**Exercise requirements:**
Search the material below for the string "revolve" and list each line that holds it.

**Source information:**
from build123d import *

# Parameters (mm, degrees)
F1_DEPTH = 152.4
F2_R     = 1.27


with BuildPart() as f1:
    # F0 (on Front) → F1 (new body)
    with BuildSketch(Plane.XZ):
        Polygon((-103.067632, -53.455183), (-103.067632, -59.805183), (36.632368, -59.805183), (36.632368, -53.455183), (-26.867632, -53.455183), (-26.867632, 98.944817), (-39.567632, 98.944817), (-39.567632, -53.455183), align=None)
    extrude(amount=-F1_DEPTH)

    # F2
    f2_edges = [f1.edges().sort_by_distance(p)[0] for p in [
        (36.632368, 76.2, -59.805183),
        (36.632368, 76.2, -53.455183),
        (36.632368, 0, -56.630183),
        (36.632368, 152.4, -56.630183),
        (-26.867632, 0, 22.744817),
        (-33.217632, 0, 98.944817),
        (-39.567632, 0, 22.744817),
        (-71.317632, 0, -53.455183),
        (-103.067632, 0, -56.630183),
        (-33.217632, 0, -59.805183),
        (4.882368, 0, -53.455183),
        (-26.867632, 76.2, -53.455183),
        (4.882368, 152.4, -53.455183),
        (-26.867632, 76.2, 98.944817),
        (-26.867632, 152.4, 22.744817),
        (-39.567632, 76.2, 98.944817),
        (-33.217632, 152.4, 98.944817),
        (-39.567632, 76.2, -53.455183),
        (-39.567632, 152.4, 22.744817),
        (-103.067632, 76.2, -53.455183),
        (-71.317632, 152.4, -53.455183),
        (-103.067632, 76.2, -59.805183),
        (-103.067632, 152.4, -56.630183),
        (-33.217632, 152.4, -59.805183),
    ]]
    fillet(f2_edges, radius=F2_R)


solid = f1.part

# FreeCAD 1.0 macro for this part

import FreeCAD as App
import Part
import Sketcher
from FreeCAD import Vector
Q = App.Units.Quantity

doc = App.newDocument("Part")
body = doc.addObject("PartDesign::Body", "Body")

# Sketch on XZ plane
sketch1 = body.newObject("Sketcher::SketchObject", "Sketch")
sketch1.AttachmentSupport = (doc.getObject("XZ_Plane"), [""])
sketch1.MapMode = "FlatFace"
sketch1.addGeometry([
    Part.LineSegment(Vector(-103.067632, -53.455183, 0), Vector(-103.067632, -59.805183, 0)),  # 0
    Part.LineSegment(Vector(-103.067632, -59.805183, 0), Vector(36.632368, -59.805183, 0)),  # 1
    Part.LineSegment(Vector(36.632368, -59.805183, 0), Vector(36.632368, -53.455183, 0)),  # 2
    Part.LineSegment(Vector(36.632368, -53.455183, 0), Vector(-26.867632, -53.455183, 0)),  # 3
    Part.LineSegment(Vector(-26.867632, -53.455183, 0), Vector(-26.867632, 98.944817, 0)),  # 4
    Part.LineSegment(Vector(-26.867632, 98.944817, 0), Vector(-39.567632, 98.944817, 0)),  # 5
    Part.LineSegment(Vector(-39.567632, 98.944817, 0), Vector(-39.567632, -53.455183, 0)),  # 6
    Part.LineSegment(Vector(-39.567632, -53.455183, 0), Vector(-103.067632, -53.455183, 0)),  # 7
], False)
sketch1.addConstraint([
    Sketcher.Constraint("Coincident", 0, 2, 1, 1),
    Sketcher.Constraint("Coincident", 1, 2, 2, 1),
    Sketcher.Constraint("Coincident", 2, 2, 3, 1),
    Sketcher.Constraint("Coincident", 3, 2, 4, 1),
    Sketcher.Constraint("Coincident", 4, 2, 5, 1),
    Sketcher.Constraint("Coincident", 5, 2, 6, 1),
    Sketcher.Constraint("Coincident", 6, 2, 7, 1),
    Sketcher.Constraint("Coincident", 7, 2, 0, 1),
    Sketcher.Constraint("Vertical", 0),
    Sketcher.Constraint("Horizontal", 1),
    Sketcher.Constraint("Vertical", 2),
    Sketcher.Constraint("Horizontal", 3),
    Sketcher.Constraint("Vertical", 4),
    Sketcher.Constraint("Horizontal", 5),
    Sketcher.Constraint("Vertical", 6),
    Sketcher.Constraint("Horizontal", 7),
    Sketcher.Constraint("Horizontal", 3, 2, 6, 2),
    Sketcher.Constraint("Equal", 3, 7),
    Sketcher.Constraint("DistanceY", 4, 1, 4, 2, Q("6 in")),
    Sketcher.Constraint("DistanceX", 1, 1, 1, 2, Q("5.5 in")),
    Sketcher.Constraint("DistanceX", 3, 2, 3, 1, Q("2.5 in")),
    Sketcher.Constraint("DistanceY", 0, 2, 0, 1, Q("0.25 in")),
    Sketcher.Constraint("DistanceX", 0, 2, -1, 1, 103.067632),
    Sketcher.Constraint("DistanceY", 0, 2, -1, 1, 59.805183),
])
pad1 = body.newObject("PartDesign::Pad", "Pad")
pad1.Profile = sketch1
pad1.Length = Q("6 in")
pad1.Reversed = True
doc.recompute()

fillet = body.newObject("PartDesign::Fillet", "Fillet")
fillet.Base = (pad1, ["Edge1"])
fillet.UseAllEdges = True
fillet.Radius = Q("0.05 in")

doc.recompute()
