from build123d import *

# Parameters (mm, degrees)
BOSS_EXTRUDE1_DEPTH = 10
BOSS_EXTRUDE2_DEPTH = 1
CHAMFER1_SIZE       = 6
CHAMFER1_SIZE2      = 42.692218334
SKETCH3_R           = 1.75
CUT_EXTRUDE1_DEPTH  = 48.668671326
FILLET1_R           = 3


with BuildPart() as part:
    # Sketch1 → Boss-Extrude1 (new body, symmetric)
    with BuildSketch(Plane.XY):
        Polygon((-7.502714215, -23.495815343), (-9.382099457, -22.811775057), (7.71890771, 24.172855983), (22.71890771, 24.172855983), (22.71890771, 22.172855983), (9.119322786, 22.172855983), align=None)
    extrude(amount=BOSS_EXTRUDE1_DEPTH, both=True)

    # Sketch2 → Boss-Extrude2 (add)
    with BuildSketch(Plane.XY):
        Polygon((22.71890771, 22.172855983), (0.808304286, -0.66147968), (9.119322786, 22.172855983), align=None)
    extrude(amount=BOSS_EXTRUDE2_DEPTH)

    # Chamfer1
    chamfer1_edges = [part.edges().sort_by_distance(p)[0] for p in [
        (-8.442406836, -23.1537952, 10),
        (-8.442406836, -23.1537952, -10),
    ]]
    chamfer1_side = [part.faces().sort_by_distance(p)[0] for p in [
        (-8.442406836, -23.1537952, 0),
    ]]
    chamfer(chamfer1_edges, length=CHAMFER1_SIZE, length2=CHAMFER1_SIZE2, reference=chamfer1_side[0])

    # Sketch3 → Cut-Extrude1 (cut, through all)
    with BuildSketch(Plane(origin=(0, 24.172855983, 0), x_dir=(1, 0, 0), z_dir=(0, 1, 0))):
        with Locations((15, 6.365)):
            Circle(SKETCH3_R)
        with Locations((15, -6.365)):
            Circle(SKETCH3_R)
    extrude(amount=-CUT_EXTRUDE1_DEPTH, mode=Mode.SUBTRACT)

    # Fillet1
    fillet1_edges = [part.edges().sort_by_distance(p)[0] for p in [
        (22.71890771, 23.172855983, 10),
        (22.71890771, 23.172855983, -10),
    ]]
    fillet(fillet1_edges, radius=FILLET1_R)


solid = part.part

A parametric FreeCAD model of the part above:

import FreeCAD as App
import Part
import Sketcher

V = App.Vector
Q = App.Units.Quantity


def edges_at(feature, points):
    """Names of the edges that pass closest to the given points."""
    edges = feature.Shape.Edges
    near = lambda p: min(range(len(edges)), key=lambda i: edges[i].distToShape(Part.Vertex(*p))[0])
    return sorted({f"Edge{near(p) + 1}" for p in points})


def add_polygon(sketch, points):
    """Adds a closed chain of lines whose ends are joined by coincident constraints."""
    first, n = sketch.GeometryCount, len(points)
    for a, b in zip(points, points[1:] + points[:1]):
        sketch.addGeometry(Part.LineSegment(App.Vector(*a, 0), App.Vector(*b, 0)), False)
    for i in range(n):
        sketch.addConstraint(Sketcher.Constraint("Coincident", first + i, 2, first + (i + 1) % n, 1))

doc = App.newDocument("Part")
body = doc.addObject("PartDesign::Body", "Body")

sketch1 = body.newObject("Sketcher::SketchObject", "Sketch")
sketch1.AttachmentSupport = (doc.getObject("XY_Plane"), [""])
sketch1.MapMode = "FlatFace"
add_polygon(sketch1, [(-9.4, -22.8), (-7.5, -23.5), (9.1, 22.2), (22.7, 22.2), (22.7, 24.2), (7.7, 24.2)])
sketch1.addConstraint([
    Sketcher.Constraint("Horizontal", 2),
    Sketcher.Constraint("Vertical", 3),
    Sketcher.Constraint("Horizontal", 4),
    Sketcher.Constraint("Perpendicular", 0, 1),
    Sketcher.Constraint("Parallel", 1, 5),
    Sketcher.Constraint("DistanceX", 4, 2, 4, 1, 15.0),
    Sketcher.Constraint("DistanceY", 3, 1, 3, 2, 2.0),
    Sketcher.Constraint("Angle", 0, Q("-20 deg")),
    Sketcher.Constraint("Distance", 0, 2.0),
    Sketcher.Constraint("Distance", 5, 50.0),
    Sketcher.Constraint("DistanceX", 5, 2, -1, 1, 9.382099),
    Sketcher.Constraint("DistanceY", 0, 2, -1, 1, 23.495815),
])
pad1 = body.newObject("PartDesign::Pad", "Pad")
pad1.Profile = sketch1
pad1.Length = 20
pad1.Midplane = True

sketch2 = body.newObject("Sketcher::SketchObject", "Sketch001")
sketch2.AttachmentSupport = (doc.getObject("XY_Plane"), [""])
sketch2.MapMode = "FlatFace"
add_polygon(sketch2, [(1, -1), (23, 22), (9, 22)])
sketch2.addConstraint([
    Sketcher.Constraint("Horizontal", 1),
    Sketcher.Constraint("Angle", 2, Q("-110 deg")),
    Sketcher.Constraint("Distance", 0, 31.646191),
    Sketcher.Constraint("DistanceX", 1, 2, 1, 1, 13.599585),
    Sketcher.Constraint("DistanceY", 2, 2, -1, 1, 0.66148),
    Sketcher.Constraint("DistanceX", -1, 1, 0, 2, 22.718908),
])
pad2 = body.newObject("PartDesign::Pad", "Pad001")
pad2.Profile = sketch2
pad2.Length = 1
doc.recompute()

chamfer = body.newObject("PartDesign::Chamfer", "Chamfer")
chamfer.Base = (pad2, edges_at(pad2, [(-8.442, -23.154, 10), (-8.442, -23.154, -10)]))
chamfer.ChamferType = "Two distances"
chamfer.Size = 6
chamfer.Size2 = 42.692218

sketch3 = body.newObject("Sketcher::SketchObject", "Sketch002")
sketch3.AttachmentSupport = (doc.getObject("XZ_Plane"), [""])
sketch3.MapMode = "FlatFace"
sketch3.AttachmentOffset = App.Placement(V(0, 0, -24.172856), App.Rotation())
sketch3.addGeometry([
    Part.Circle(V(15, -6.4, 0), V(0, 0, 1), 1.8),
    Part.Circle(V(15, 6.4, 0), V(0, 0, 1), 1.8),
], False)
sketch3.addConstraint([
    Sketcher.Constraint("Equal", 0, 1),
    Sketcher.Constraint("Symmetric", 0, 3, 1, 3, -1),
    Sketcher.Constraint("Diameter", 0, 3.5),
    Sketcher.Constraint("DistanceX", -1, 1, 0, 3, 15.0),
    Sketcher.Constraint("DistanceY", 0, 3, 1, 3, 12.73),
])
pocket1 = body.newObject("PartDesign::Pocket", "Pocket")
pocket1.Profile = sketch3
pocket1.Type = "ThroughAll"
pocket1.Reversed = True
doc.recompute()

fillet = body.newObject("PartDesign::Fillet", "Fillet")
fillet.Base = (pocket1, edges_at(pocket1, [(22.719, 23.173, 10), (22.719, 23.173, -10)]))
fillet.Radius = 3

doc.recompute()
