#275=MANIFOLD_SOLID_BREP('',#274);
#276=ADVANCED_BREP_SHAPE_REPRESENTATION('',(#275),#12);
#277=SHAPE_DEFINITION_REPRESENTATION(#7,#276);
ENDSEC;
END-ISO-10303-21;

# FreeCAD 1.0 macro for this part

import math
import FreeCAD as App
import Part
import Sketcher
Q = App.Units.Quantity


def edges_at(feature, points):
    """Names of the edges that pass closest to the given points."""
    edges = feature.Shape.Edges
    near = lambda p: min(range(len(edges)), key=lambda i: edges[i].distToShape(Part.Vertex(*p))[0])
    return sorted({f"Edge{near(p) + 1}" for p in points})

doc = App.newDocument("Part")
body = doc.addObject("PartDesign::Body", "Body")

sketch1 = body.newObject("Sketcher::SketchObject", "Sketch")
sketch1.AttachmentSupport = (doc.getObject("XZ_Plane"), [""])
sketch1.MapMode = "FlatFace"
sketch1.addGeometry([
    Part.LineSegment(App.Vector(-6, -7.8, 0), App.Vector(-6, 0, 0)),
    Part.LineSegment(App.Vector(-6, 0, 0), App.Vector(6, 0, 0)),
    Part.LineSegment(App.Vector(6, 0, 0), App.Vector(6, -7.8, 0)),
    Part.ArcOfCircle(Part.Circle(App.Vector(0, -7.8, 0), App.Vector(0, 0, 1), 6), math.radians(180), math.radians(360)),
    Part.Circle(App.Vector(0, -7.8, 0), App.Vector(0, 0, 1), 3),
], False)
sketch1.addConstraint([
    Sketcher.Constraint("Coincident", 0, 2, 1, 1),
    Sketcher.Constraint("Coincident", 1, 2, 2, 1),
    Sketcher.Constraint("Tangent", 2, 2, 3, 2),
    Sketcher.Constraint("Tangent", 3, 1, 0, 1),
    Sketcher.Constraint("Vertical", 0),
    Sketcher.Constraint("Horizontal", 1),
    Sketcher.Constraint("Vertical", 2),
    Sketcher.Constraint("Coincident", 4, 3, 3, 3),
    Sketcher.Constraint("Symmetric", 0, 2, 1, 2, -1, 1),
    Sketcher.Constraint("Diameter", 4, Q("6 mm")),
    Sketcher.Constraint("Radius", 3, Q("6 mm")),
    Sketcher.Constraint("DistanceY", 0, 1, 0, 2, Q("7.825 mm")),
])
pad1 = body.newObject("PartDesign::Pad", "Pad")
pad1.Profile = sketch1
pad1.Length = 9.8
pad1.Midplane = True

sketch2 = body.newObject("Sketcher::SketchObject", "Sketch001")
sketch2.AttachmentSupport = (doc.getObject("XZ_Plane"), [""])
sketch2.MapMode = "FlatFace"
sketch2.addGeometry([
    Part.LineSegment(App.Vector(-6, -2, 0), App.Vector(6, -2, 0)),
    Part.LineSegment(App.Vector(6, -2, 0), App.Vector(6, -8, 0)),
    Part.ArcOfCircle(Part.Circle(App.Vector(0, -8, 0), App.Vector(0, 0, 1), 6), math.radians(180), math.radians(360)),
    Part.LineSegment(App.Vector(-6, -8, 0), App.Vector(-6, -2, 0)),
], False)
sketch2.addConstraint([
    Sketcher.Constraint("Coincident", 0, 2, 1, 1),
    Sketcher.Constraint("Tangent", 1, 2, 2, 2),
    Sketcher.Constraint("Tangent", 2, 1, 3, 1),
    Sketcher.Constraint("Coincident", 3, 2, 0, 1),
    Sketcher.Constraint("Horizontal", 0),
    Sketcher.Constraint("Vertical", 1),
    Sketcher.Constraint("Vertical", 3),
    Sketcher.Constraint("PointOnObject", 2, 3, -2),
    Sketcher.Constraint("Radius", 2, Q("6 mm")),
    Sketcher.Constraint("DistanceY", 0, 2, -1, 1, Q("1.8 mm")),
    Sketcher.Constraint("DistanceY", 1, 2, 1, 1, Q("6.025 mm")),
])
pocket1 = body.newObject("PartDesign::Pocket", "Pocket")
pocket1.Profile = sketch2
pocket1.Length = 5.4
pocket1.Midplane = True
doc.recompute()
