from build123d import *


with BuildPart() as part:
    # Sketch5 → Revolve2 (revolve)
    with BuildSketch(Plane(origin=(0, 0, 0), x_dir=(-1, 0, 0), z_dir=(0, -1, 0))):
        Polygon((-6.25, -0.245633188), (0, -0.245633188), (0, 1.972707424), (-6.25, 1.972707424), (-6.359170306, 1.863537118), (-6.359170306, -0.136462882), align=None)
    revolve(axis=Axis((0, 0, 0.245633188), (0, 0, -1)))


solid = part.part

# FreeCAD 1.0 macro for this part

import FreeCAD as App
import Part
import Sketcher

doc = App.newDocument("Part")
body = doc.addObject("PartDesign::Body", "Body")

# Sketch on XZ plane
sketch1 = body.newObject("Sketcher::SketchObject", "Sketch")
sketch1.AttachmentSupport = (doc.getObject("XZ_Plane"), [""])
sketch1.MapMode = "FlatFace"
sketch1.addGeometry([
    Part.LineSegment(App.Vector(6.25, 0.245633, 0), App.Vector(0, 0.245633, 0)),  # 0
    Part.LineSegment(App.Vector(0, 0.245633, 0), App.Vector(0, -1.972707, 0)),  # 1
    Part.LineSegment(App.Vector(0, -1.972707, 0), App.Vector(6.25, -1.972707, 0)),  # 2
    Part.LineSegment(App.Vector(6.25, -1.972707, 0), App.Vector(6.35917, -1.863537, 0)),  # 3
    Part.LineSegment(App.Vector(6.35917, -1.863537, 0), App.Vector(6.35917, 0.136463, 0)),  # 4
    Part.LineSegment(App.Vector(6.35917, 0.136463, 0), App.Vector(6.25, 0.245633, 0)),  # 5
], False)
sketch1.addConstraint([
    Sketcher.Constraint("Coincident", 0, 2, 1, 1),
    Sketcher.Constraint("Coincident", 1, 2, 2, 1),
    Sketcher.Constraint("Coincident", 2, 2, 3, 1),
    Sketcher.Constraint("Coincident", 3, 2, 4, 1),
    Sketcher.Constraint("Coincident", 4, 2, 5, 1),
    Sketcher.Constraint("Coincident", 5, 2, 0, 1),
    Sketcher.Constraint("Horizontal", 0),
    Sketcher.Constraint("Vertical", 1),
    Sketcher.Constraint("Horizontal", 2),
    Sketcher.Constraint("Vertical", 4),
    Sketcher.Constraint("PointOnObject", 0, 2, -2),
    Sketcher.Constraint("Perpendicular", 3, 5),
    Sketcher.Constraint("Vertical", 2, 2, 5, 2),
    Sketcher.Constraint("Equal", 3, 5),
    Sketcher.Constraint("DistanceY", 4, 1, 4, 2, 2.0),
    Sketcher.Constraint("DistanceX", 0, 2, 0, 1, 6.25),
    Sketcher.Constraint("DistanceY", 1, 2, 1, 1, 2.218341),
    Sketcher.Constraint("DistanceY", -1, 1, 0, 2, 0.245633),
])
revolution = body.newObject("PartDesign::Revolution", "Revolution")
revolution.Profile = sketch1
revolution.ReferenceAxis = (sketch1, ["V_Axis"])
revolution.Angle = 360

doc.recompute()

**Solution for this task:**
    # Sketch5 → Revolve2 (revolve)
    revolve(axis=Axis((0, 0, 0.245633188), (0, 0, -1)))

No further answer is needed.